• [TASK OBJECTIVE]:
Retype each line exactly as it stands, beginning at the first line of the material and finishing with the line that contains "Rectangle(SKETCH1_W, SKETCH1_H)".

── INFORMATION SUPPLIED ──

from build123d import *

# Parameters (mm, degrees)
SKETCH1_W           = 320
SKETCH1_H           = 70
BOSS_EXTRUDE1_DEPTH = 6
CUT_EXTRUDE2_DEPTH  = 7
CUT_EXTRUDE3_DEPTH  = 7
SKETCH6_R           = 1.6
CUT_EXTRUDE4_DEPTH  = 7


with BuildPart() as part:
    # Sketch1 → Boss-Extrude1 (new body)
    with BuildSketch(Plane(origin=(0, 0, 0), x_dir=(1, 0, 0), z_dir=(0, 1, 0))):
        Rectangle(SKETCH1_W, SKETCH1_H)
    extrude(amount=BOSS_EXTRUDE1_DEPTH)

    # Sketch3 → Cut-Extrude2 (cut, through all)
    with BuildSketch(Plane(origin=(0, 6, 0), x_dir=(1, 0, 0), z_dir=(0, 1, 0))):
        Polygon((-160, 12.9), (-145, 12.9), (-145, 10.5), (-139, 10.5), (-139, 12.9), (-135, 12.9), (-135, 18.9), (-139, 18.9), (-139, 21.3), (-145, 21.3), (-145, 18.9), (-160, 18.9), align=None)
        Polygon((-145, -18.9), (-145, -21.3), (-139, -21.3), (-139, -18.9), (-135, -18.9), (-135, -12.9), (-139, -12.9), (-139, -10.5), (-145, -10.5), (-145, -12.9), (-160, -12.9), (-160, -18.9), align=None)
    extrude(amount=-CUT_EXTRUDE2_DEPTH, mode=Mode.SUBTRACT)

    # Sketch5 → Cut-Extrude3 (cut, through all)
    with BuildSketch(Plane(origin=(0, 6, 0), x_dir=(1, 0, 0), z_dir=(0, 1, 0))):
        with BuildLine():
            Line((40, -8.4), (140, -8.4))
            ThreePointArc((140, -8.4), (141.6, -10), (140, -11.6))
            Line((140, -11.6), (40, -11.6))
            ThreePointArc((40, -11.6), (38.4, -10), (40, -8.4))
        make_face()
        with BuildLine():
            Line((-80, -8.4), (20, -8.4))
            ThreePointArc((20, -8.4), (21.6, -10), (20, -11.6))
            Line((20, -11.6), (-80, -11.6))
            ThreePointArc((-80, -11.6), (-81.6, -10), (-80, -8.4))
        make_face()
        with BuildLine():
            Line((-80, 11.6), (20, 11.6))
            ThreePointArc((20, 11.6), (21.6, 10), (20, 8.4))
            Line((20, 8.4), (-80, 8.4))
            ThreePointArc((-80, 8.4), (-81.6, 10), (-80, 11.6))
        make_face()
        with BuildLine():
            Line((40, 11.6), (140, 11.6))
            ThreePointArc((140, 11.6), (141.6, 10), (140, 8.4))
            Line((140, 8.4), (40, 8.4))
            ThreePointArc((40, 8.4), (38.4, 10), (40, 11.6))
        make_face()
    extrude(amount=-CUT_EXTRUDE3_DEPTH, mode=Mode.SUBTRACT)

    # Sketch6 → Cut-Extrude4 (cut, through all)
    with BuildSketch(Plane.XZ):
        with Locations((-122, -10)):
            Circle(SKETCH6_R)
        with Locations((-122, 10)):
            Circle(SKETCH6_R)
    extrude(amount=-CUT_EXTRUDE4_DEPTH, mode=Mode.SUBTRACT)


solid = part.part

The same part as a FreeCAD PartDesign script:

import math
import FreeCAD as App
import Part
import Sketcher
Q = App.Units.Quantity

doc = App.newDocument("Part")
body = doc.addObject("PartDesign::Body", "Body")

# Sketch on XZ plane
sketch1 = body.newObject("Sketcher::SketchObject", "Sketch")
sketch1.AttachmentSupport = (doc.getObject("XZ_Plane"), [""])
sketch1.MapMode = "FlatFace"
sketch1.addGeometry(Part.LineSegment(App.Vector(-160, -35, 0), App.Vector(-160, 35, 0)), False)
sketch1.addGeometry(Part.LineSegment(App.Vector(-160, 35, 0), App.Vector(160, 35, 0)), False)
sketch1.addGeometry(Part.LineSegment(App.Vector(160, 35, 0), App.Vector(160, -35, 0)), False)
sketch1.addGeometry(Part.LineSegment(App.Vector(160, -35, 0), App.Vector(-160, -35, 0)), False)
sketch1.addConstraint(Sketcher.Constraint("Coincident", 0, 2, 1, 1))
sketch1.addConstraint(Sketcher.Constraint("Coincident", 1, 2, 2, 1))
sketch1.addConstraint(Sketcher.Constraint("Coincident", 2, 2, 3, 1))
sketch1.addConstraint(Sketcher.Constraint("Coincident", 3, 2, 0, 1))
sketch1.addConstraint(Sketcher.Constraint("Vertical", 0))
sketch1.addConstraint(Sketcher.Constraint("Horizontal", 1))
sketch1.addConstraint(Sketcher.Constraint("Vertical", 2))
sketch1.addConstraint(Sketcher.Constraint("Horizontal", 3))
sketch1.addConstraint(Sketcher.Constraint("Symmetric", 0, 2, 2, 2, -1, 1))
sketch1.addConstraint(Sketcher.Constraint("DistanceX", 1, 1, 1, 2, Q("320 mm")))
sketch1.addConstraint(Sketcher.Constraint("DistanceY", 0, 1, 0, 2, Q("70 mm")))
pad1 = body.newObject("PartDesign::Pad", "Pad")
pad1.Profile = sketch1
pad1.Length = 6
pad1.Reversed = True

───

• [REPLY TO THE EXERCISE]:
from build123d import *

# Parameters (mm, degrees)
SKETCH1_W           = 320
SKETCH1_H           = 70
BOSS_EXTRUDE1_DEPTH = 6
CUT_EXTRUDE2_DEPTH  = 7
CUT_EXTRUDE3_DEPTH  = 7
SKETCH6_R           = 1.6
CUT_EXTRUDE4_DEPTH  = 7


with BuildPart() as part:
    # Sketch1 → Boss-Extrude1 (new body)
    with BuildSketch(Plane(origin=(0, 0, 0), x_dir=(1, 0, 0), z_dir=(0, 1, 0))):
        Rectangle(SKETCH1_W, SKETCH1_H)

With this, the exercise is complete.